Market Momentum Masks Growing Concentration Risks
January 2025
U.S. equity markets delivered another exceptional year in 2024, powered by resilient economic growth, easing inflation, and an ongoing surge in enthusiasm around artificial intelligence. The S&P 500 posted more than 20% returns for a second consecutive year — a rarity last seen during the late-1990s technology boom — while recording 57 new all-time highs along the way. Yet beneath these headline results, market leadership grew increasingly narrow, setting the stage for a more complex and potentially volatile environment in 2025.
A Record Year — With Familiar Drivers
Economic momentum consistently exceeded expectations in 2024. Job creation remained robust, consumer spending proved resilient, and both earnings and GDP growth surprised to the upside. Inflation continued its gradual descent, allowing the Federal Reserve to initiate its first rate cut since 2019 in September. Equity markets responded favorably, with U.S. stocks once again dominating global performance.
However, the gains were far from evenly distributed. Large-cap growth stocks led markets for a second straight year, marking the strongest two-year growth versus value outperformance on record. Small-cap equities lagged yet again, extending a streak of underperformance versus large caps that now stretches back to 2017.
Leadership Narrowed Further
Market concentration intensified meaningfully. The so-called “Magnificent 7” stocks once again accounted for a disproportionate share of index returns and now represent more than one-third of the S&P 500’s total market capitalization. Sector leadership also remained unchanged from 2023, with Communication Services, Technology, and Consumer Discretionary repeating as top performers and besting the weakest sectors by more than 30 percentage points.
Momentum emerged as the dominant investment factor for much of the year, significantly outperforming value, quality, and low volatility. While a modest rotation into cyclicals and value appeared late in the fourth quarter, high-beta and highly speculative areas surged into year-end — a dynamic that historically has proven difficult to sustain.

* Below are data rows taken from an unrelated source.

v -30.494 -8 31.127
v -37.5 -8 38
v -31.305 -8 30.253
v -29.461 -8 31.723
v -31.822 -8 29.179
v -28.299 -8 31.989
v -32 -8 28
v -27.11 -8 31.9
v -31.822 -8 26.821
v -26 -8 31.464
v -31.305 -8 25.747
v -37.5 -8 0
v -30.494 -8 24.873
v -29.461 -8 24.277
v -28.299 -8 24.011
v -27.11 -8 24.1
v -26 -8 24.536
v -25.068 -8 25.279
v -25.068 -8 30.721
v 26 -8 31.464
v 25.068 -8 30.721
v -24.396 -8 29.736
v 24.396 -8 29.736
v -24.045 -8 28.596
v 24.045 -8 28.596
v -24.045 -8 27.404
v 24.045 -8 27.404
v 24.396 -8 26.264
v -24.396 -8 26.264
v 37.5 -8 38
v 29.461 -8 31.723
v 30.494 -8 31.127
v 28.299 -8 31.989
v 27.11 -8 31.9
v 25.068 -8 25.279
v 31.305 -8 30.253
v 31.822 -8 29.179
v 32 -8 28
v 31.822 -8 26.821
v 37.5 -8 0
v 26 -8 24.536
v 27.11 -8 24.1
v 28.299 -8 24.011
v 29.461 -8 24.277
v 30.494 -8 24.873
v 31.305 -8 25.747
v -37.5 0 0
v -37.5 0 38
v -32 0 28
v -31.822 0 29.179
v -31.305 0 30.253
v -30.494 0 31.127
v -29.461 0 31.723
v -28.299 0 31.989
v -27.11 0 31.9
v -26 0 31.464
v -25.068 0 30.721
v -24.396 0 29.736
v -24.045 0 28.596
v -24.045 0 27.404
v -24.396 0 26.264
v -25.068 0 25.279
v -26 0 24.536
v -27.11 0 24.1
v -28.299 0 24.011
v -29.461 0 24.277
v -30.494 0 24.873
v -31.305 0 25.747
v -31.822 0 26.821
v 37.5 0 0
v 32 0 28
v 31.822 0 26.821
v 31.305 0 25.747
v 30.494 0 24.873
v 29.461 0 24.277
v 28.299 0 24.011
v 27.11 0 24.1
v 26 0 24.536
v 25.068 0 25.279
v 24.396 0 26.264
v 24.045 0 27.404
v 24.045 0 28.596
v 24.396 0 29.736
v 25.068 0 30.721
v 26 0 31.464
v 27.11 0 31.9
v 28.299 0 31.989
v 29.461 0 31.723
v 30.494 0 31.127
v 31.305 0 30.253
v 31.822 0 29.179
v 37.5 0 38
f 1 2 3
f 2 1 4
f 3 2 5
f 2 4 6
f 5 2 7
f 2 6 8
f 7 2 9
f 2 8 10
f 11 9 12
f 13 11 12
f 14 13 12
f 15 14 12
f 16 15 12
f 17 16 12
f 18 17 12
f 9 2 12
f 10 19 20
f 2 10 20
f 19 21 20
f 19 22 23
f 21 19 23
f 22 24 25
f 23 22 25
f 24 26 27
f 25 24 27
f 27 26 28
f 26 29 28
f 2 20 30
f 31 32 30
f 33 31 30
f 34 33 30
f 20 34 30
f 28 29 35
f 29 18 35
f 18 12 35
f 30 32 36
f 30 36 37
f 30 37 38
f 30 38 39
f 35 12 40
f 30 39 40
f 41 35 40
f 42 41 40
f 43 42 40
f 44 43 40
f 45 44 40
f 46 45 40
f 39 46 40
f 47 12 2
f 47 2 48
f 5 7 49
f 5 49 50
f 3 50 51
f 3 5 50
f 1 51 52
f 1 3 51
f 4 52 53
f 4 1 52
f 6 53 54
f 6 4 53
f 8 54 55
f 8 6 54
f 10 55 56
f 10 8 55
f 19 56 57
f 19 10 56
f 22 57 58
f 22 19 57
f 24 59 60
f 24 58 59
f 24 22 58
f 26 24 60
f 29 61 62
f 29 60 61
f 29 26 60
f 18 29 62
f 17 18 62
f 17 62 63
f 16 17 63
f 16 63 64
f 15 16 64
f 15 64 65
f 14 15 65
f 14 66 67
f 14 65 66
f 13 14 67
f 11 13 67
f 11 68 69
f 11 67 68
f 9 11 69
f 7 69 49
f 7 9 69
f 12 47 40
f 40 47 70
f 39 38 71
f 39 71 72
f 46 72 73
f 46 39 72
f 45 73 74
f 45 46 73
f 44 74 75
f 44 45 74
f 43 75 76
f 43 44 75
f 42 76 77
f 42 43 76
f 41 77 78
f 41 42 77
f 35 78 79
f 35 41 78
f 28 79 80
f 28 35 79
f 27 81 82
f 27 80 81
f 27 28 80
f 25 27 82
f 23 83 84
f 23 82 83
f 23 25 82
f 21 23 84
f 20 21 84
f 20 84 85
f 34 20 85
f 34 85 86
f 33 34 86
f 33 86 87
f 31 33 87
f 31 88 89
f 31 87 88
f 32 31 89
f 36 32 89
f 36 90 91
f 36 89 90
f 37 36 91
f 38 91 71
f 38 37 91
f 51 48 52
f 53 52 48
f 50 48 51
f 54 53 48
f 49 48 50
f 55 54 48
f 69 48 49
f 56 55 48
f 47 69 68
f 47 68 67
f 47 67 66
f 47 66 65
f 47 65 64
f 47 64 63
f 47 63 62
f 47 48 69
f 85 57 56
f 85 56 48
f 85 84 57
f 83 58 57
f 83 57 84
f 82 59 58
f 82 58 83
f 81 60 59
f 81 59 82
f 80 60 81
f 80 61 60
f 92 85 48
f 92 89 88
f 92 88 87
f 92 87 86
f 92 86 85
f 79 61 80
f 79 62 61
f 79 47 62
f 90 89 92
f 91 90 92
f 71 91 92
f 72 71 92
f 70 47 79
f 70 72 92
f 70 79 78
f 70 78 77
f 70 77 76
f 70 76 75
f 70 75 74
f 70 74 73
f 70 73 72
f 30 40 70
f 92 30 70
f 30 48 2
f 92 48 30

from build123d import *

# Parameters (mm, degrees)
SKETCH1_W               = 75
SKETCH1_H               = 8
BOSS_EXTRUDE1_DEPTH     = 38
CUT_EXTRUDE1_DEPTH      = 54.983793864
CUT_EXTRUDE1_DEPTH_BACK = 54.983793864
SKETCH2_R               = 4


with BuildPart() as part:
    # Sketch1 → Boss-Extrude1 (new body)
    with BuildSketch(Plane.XY):
        with Locations((0, -4)):
            Rectangle(SKETCH1_W, SKETCH1_H)
    extrude(amount=BOSS_EXTRUDE1_DEPTH)

    # Sketch2 → Cut-Extrude1 (cut, two sides: drawn at the far end of the back side and taken through both)
    with BuildSketch(Plane(origin=(0, 0, 0), x_dir=(1, 0, 0), z_dir=(0, 1, 0)).offset(-CUT_EXTRUDE1_DEPTH_BACK)):
        with Locations(Location((-28, -28, 0), (0, 0, 180))):
            Circle(SKETCH2_R)
        with Locations((28, -28)):
            Circle(SKETCH2_R)
    extrude(amount=CUT_EXTRUDE1_DEPTH + CUT_EXTRUDE1_DEPTH_BACK, mode=Mode.SUBTRACT)


solid = part.part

Source: Goldman Sachs Global Investment Research, Scott Rubner, as of 12/12/2024
Policy Shifts and Post-Election Optimism
Political developments also played a role in late-year performance. Markets rallied sharply following the U.S. election, driven by expectations for deregulation, tax cuts, and pro-business policies. Cyclicals, financials, and crypto-related assets were among the biggest beneficiaries, while investor sentiment surged alongside record inflows into U.S. equities.

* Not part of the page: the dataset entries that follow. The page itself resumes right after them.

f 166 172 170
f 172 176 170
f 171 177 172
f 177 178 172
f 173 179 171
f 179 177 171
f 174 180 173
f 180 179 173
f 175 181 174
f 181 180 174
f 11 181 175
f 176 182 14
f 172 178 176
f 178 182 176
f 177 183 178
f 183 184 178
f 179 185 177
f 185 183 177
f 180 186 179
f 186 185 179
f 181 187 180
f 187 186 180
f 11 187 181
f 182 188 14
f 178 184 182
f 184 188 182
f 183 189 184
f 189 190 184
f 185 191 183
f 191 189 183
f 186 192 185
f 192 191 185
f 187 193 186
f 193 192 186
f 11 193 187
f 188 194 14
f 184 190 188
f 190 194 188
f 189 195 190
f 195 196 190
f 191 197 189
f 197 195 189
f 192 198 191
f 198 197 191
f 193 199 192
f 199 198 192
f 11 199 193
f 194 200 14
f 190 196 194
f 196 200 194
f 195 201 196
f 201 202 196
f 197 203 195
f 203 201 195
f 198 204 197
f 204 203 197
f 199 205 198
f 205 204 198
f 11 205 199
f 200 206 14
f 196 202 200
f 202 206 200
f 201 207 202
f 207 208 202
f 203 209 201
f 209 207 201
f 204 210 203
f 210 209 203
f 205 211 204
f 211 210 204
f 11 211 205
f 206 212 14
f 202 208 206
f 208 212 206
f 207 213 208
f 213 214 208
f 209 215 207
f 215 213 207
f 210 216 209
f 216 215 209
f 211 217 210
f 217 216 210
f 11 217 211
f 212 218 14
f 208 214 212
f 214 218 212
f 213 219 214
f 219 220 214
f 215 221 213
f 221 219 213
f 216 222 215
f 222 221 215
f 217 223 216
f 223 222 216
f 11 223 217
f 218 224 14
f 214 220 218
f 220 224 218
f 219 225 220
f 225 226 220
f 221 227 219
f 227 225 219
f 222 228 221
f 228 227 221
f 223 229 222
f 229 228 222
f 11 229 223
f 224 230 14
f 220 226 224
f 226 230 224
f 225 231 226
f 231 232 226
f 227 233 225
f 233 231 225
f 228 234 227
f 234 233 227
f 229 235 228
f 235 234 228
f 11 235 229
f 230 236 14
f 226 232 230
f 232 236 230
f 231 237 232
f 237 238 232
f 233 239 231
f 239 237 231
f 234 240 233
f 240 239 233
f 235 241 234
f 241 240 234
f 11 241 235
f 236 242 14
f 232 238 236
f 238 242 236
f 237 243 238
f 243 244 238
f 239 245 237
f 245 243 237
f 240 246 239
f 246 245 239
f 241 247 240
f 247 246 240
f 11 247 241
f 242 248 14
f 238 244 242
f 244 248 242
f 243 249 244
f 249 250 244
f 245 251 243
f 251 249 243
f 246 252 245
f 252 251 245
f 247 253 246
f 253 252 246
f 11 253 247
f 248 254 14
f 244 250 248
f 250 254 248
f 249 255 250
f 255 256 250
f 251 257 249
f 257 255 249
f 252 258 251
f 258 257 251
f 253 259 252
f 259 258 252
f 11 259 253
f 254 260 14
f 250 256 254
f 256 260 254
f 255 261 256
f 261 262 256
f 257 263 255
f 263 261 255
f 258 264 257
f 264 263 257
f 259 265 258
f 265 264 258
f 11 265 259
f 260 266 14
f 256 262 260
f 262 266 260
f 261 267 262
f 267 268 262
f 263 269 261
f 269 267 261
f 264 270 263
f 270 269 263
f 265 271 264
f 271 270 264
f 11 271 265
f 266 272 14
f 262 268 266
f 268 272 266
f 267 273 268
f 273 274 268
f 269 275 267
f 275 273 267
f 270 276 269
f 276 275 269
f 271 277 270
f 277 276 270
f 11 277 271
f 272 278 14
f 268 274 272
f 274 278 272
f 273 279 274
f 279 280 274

At the same time, policy uncertainty remains elevated. While the Fed has pivoted toward a more accommodative stance, inflation remains sticky, and Westfield does not expect additional rate cuts in 2025. Markets, however, continue to discount a more aggressive easing cycle — a disconnect that could challenge valuations if inflation reaccelerates or growth cools.
Valuations and Sentiment Leave Little Margin for Error
Several cautionary signals warrant close attention. Valuations, particularly within large-cap growth stocks, remain elevated relative to history. Retail speculation has increased sharply, with leveraged long ETF assets vastly outweighing short exposure. Housing and used-car markets are showing signs of strain, raising questions about the durability of consumer spending should financial conditions tighten.
At the same time, not all areas of the market appear equally stretched. Select cyclicals, small caps, and value-oriented segments trade at more compelling relative valuations, and structural tailwinds — including AI investment, reshoring, and infrastructure spending — continue to support longer-term growth.

Source: Oaktree Capital Management, as of 1/7/2025
2025 Outlook: Balance Is Warranted
Looking ahead, the investment backdrop calls for moderation rather than complacency. Interest rates may remain higher for longer, policy missteps remain a risk, and market leadership appears ripe for rotation. While growth and technology retain long-term structural appeal, opportunities are likely to broaden across cyclicals, health care, materials, and GARP-oriented strategies as 2025 unfolds.
After two years of exceptional returns driven by a narrow group of winners, investors may need to recalibrate expectations. A more balanced approach — emphasizing diversification, valuation discipline, and flexibility — appears increasingly prudent in the year ahead.